WHAT TO DO: Write out, word for word, the first line of the data below and every line after it through the one containing "27.593877763), (26.524363784, 35.106382979))".

=== RECORDS TO USE ===

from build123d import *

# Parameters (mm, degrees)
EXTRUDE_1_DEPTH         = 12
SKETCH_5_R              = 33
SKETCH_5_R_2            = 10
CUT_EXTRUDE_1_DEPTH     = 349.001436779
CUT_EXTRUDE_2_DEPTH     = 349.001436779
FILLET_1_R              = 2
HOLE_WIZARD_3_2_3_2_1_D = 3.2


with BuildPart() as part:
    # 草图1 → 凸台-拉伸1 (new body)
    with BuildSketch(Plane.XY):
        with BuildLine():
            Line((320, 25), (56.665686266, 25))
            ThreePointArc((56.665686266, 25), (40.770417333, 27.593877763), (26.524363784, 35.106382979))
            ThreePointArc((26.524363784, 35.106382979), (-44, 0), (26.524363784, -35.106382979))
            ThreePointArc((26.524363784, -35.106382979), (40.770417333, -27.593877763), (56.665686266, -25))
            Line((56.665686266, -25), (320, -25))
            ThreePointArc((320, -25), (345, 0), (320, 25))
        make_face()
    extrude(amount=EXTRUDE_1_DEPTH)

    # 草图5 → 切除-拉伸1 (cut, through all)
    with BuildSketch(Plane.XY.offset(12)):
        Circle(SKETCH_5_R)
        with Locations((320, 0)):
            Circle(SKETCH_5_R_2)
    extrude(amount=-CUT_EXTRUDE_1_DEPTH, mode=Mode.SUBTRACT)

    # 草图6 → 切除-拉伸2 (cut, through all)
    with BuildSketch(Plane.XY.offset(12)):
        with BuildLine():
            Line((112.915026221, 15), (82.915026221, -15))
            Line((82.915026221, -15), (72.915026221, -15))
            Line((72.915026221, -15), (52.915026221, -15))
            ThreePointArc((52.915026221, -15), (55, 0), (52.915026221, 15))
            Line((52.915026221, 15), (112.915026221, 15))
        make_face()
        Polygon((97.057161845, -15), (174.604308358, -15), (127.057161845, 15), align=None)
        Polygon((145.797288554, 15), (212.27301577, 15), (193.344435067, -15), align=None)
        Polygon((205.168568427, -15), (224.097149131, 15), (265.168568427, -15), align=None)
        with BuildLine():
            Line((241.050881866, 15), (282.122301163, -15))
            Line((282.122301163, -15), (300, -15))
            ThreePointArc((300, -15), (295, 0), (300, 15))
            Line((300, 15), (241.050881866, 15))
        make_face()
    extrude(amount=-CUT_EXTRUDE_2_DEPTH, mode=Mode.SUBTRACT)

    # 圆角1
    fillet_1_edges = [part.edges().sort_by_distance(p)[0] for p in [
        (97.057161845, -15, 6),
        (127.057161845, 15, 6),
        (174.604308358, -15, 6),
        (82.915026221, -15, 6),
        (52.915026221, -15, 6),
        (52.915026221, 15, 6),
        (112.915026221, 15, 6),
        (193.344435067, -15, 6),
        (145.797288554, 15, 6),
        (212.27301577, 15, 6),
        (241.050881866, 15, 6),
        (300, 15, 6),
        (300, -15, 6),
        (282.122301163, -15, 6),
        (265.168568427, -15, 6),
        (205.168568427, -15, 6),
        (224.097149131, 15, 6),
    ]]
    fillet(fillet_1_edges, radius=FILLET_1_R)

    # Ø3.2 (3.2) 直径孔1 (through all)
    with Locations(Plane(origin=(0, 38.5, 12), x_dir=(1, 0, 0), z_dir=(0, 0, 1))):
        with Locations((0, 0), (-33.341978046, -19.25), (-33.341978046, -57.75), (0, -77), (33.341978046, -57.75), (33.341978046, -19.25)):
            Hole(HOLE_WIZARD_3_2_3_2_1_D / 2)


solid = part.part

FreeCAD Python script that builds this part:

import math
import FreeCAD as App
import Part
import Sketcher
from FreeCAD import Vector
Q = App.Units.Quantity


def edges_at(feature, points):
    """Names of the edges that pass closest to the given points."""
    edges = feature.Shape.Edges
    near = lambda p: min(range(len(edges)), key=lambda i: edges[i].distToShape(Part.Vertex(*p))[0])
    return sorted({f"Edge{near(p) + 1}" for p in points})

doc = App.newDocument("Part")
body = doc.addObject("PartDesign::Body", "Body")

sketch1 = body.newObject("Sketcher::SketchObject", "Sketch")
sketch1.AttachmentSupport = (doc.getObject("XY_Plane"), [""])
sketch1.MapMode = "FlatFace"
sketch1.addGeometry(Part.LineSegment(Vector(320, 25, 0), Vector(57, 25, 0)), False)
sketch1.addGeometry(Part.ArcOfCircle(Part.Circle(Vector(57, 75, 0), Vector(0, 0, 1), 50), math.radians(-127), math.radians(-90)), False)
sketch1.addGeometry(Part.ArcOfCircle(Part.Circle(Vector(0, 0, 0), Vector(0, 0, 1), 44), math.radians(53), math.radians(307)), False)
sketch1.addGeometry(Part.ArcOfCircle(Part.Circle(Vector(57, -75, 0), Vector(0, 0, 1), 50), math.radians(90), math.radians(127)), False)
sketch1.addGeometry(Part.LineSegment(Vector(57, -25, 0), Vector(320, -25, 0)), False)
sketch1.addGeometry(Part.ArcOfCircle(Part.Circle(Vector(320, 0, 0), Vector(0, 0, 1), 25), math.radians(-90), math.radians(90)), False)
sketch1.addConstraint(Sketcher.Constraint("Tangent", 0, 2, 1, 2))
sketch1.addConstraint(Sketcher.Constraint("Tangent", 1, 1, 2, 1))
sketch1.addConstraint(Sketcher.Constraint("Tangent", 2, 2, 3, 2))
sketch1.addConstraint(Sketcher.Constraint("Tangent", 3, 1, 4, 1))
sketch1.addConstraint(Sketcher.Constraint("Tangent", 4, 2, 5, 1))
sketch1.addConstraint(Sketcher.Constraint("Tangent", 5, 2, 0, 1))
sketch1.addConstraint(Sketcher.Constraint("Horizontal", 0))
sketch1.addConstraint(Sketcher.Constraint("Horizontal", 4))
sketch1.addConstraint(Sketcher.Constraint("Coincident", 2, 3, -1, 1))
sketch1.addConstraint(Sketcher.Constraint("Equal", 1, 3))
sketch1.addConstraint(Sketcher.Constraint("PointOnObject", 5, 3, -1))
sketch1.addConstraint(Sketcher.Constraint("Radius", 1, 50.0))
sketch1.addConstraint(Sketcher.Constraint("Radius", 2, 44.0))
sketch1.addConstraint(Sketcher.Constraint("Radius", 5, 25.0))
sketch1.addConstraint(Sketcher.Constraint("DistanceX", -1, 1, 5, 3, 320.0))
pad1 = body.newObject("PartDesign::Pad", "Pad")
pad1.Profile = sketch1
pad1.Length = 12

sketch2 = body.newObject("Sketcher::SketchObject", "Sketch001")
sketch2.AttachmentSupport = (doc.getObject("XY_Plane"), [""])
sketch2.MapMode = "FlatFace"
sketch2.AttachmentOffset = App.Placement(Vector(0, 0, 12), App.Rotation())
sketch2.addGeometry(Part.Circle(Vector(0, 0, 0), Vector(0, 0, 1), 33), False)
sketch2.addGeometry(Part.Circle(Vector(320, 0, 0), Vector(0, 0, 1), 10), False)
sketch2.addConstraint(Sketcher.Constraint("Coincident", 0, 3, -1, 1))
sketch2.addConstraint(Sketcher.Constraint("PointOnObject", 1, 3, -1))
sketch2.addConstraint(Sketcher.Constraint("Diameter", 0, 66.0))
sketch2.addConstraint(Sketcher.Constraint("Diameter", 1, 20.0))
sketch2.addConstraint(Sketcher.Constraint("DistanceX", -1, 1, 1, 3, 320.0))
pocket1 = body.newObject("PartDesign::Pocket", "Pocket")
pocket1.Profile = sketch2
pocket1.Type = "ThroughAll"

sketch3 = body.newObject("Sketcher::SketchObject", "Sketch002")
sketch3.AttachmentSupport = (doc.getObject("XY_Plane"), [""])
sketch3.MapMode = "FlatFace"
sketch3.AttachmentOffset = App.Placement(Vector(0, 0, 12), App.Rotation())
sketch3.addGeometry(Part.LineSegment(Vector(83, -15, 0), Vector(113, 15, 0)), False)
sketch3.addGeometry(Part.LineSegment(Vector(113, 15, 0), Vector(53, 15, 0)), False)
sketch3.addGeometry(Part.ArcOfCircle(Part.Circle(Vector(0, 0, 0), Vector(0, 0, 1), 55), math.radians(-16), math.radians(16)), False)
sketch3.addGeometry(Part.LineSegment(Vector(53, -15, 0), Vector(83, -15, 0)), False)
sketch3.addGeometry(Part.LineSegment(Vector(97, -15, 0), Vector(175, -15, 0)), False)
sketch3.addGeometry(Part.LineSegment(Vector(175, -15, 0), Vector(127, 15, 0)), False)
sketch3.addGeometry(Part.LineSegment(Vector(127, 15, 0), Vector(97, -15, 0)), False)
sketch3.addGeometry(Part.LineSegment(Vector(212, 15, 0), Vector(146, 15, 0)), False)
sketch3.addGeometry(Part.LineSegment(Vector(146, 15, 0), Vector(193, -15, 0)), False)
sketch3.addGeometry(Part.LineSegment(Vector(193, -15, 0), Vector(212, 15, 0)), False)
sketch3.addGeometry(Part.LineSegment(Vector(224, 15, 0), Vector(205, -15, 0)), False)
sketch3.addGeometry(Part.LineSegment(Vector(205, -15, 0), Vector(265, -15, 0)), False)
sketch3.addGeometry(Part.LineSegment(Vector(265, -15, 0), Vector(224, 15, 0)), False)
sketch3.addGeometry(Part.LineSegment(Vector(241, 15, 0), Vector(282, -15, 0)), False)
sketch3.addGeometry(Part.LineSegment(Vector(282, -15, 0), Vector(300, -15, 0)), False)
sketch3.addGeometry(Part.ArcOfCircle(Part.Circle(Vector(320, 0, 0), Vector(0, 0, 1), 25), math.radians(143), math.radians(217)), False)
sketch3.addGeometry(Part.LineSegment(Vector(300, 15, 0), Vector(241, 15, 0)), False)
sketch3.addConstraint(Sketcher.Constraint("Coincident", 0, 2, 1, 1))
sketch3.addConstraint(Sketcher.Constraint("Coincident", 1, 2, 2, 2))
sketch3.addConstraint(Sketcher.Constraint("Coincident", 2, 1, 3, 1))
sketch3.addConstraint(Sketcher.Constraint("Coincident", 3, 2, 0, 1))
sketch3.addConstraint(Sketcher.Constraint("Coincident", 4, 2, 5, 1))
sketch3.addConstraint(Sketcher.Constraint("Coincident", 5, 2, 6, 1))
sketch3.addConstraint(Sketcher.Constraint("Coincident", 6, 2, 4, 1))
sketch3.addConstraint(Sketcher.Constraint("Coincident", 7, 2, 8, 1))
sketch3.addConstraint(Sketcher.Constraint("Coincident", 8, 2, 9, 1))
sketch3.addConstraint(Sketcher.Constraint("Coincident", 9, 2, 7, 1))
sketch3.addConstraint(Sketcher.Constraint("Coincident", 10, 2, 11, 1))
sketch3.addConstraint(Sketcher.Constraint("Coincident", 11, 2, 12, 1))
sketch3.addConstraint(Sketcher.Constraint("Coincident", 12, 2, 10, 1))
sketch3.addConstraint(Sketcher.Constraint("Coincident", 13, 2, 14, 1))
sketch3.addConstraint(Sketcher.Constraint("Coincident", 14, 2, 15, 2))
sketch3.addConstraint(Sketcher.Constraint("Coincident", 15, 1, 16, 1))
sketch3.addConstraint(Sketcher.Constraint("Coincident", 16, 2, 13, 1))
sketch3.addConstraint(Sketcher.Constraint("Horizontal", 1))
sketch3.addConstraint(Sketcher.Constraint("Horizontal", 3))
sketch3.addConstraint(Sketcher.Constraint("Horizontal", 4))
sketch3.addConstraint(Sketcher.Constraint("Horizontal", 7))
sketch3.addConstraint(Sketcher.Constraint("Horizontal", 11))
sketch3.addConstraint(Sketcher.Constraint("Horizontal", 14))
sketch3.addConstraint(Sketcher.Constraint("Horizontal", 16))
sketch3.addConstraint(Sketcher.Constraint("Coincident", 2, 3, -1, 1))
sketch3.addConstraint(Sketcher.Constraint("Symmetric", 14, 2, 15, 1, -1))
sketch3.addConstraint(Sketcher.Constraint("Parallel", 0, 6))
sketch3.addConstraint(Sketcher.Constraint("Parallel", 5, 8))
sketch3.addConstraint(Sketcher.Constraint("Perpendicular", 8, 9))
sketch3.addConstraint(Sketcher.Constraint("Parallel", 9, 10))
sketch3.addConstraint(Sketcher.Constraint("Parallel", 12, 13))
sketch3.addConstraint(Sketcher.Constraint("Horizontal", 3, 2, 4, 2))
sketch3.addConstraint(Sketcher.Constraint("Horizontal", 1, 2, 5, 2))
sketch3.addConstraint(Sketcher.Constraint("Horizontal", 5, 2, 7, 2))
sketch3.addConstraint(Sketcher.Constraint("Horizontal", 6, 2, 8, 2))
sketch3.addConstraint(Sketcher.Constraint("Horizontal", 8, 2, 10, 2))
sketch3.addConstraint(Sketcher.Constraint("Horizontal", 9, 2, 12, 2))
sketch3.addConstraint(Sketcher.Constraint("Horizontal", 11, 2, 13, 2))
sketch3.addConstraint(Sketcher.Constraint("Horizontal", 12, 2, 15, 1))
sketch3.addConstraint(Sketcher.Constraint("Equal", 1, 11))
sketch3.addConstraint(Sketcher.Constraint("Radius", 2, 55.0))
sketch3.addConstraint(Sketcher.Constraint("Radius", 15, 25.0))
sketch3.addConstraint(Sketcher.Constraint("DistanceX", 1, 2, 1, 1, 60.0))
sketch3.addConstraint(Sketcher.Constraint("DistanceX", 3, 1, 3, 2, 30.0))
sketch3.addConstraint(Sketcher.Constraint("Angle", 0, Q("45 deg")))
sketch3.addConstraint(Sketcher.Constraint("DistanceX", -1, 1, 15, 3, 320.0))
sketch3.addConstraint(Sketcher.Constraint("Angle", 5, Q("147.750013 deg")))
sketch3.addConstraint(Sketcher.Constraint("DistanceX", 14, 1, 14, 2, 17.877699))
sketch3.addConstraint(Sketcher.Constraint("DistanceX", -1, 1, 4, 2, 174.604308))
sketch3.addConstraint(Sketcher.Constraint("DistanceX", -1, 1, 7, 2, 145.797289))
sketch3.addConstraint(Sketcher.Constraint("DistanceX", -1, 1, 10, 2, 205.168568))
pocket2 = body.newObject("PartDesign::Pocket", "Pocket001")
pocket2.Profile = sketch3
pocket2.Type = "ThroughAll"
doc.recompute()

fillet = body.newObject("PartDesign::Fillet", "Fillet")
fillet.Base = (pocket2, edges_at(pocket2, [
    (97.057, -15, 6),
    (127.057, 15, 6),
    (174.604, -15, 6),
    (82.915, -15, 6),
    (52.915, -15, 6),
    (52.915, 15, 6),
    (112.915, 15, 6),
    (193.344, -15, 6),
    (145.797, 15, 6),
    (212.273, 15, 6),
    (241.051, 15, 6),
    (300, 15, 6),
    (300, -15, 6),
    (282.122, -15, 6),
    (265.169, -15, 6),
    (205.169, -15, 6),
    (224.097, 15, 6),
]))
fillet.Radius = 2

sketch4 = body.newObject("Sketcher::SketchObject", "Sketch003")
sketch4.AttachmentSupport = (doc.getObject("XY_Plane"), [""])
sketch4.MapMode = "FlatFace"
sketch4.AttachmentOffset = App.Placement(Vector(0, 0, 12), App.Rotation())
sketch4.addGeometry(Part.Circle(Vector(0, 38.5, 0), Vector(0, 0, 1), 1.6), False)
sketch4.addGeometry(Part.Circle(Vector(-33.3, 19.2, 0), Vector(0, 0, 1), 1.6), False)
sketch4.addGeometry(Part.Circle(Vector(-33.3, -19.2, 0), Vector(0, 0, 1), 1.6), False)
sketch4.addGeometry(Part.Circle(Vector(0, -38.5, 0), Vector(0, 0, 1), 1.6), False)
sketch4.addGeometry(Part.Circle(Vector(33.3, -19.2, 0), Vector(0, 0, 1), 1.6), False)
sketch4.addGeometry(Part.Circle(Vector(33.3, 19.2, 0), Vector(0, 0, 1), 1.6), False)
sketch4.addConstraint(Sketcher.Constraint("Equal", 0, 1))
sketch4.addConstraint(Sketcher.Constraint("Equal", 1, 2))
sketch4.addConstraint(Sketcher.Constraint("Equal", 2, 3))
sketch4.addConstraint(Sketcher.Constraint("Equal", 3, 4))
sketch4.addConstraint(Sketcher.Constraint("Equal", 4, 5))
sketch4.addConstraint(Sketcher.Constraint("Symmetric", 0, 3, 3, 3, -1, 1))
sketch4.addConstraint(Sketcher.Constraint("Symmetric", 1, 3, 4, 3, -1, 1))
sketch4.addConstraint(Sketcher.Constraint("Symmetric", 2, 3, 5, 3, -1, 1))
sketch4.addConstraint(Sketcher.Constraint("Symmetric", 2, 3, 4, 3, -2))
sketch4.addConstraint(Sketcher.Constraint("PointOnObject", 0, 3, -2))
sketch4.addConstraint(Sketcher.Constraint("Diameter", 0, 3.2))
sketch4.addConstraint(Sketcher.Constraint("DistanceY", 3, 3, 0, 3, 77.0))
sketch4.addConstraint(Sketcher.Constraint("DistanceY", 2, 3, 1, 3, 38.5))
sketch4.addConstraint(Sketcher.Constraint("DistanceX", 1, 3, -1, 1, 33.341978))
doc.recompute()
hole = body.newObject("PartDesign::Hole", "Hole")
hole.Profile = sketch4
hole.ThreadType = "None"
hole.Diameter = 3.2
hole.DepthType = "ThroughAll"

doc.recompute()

===

ANSWER TO THE EXERCISE:
from build123d import *

# Parameters (mm, degrees)
EXTRUDE_1_DEPTH         = 12
SKETCH_5_R              = 33
SKETCH_5_R_2            = 10
CUT_EXTRUDE_1_DEPTH     = 349.001436779
CUT_EXTRUDE_2_DEPTH     = 349.001436779
FILLET_1_R              = 2
HOLE_WIZARD_3_2_3_2_1_D = 3.2


with BuildPart() as part:
    # 草图1 → 凸台-拉伸1 (new body)
    with BuildSketch(Plane.XY):
        with BuildLine():
            Line((320, 25), (56.665686266, 25))
            ThreePointArc((56.665686266, 25), (40.770417333, 27.593877763), (26.524363784, 35.106382979))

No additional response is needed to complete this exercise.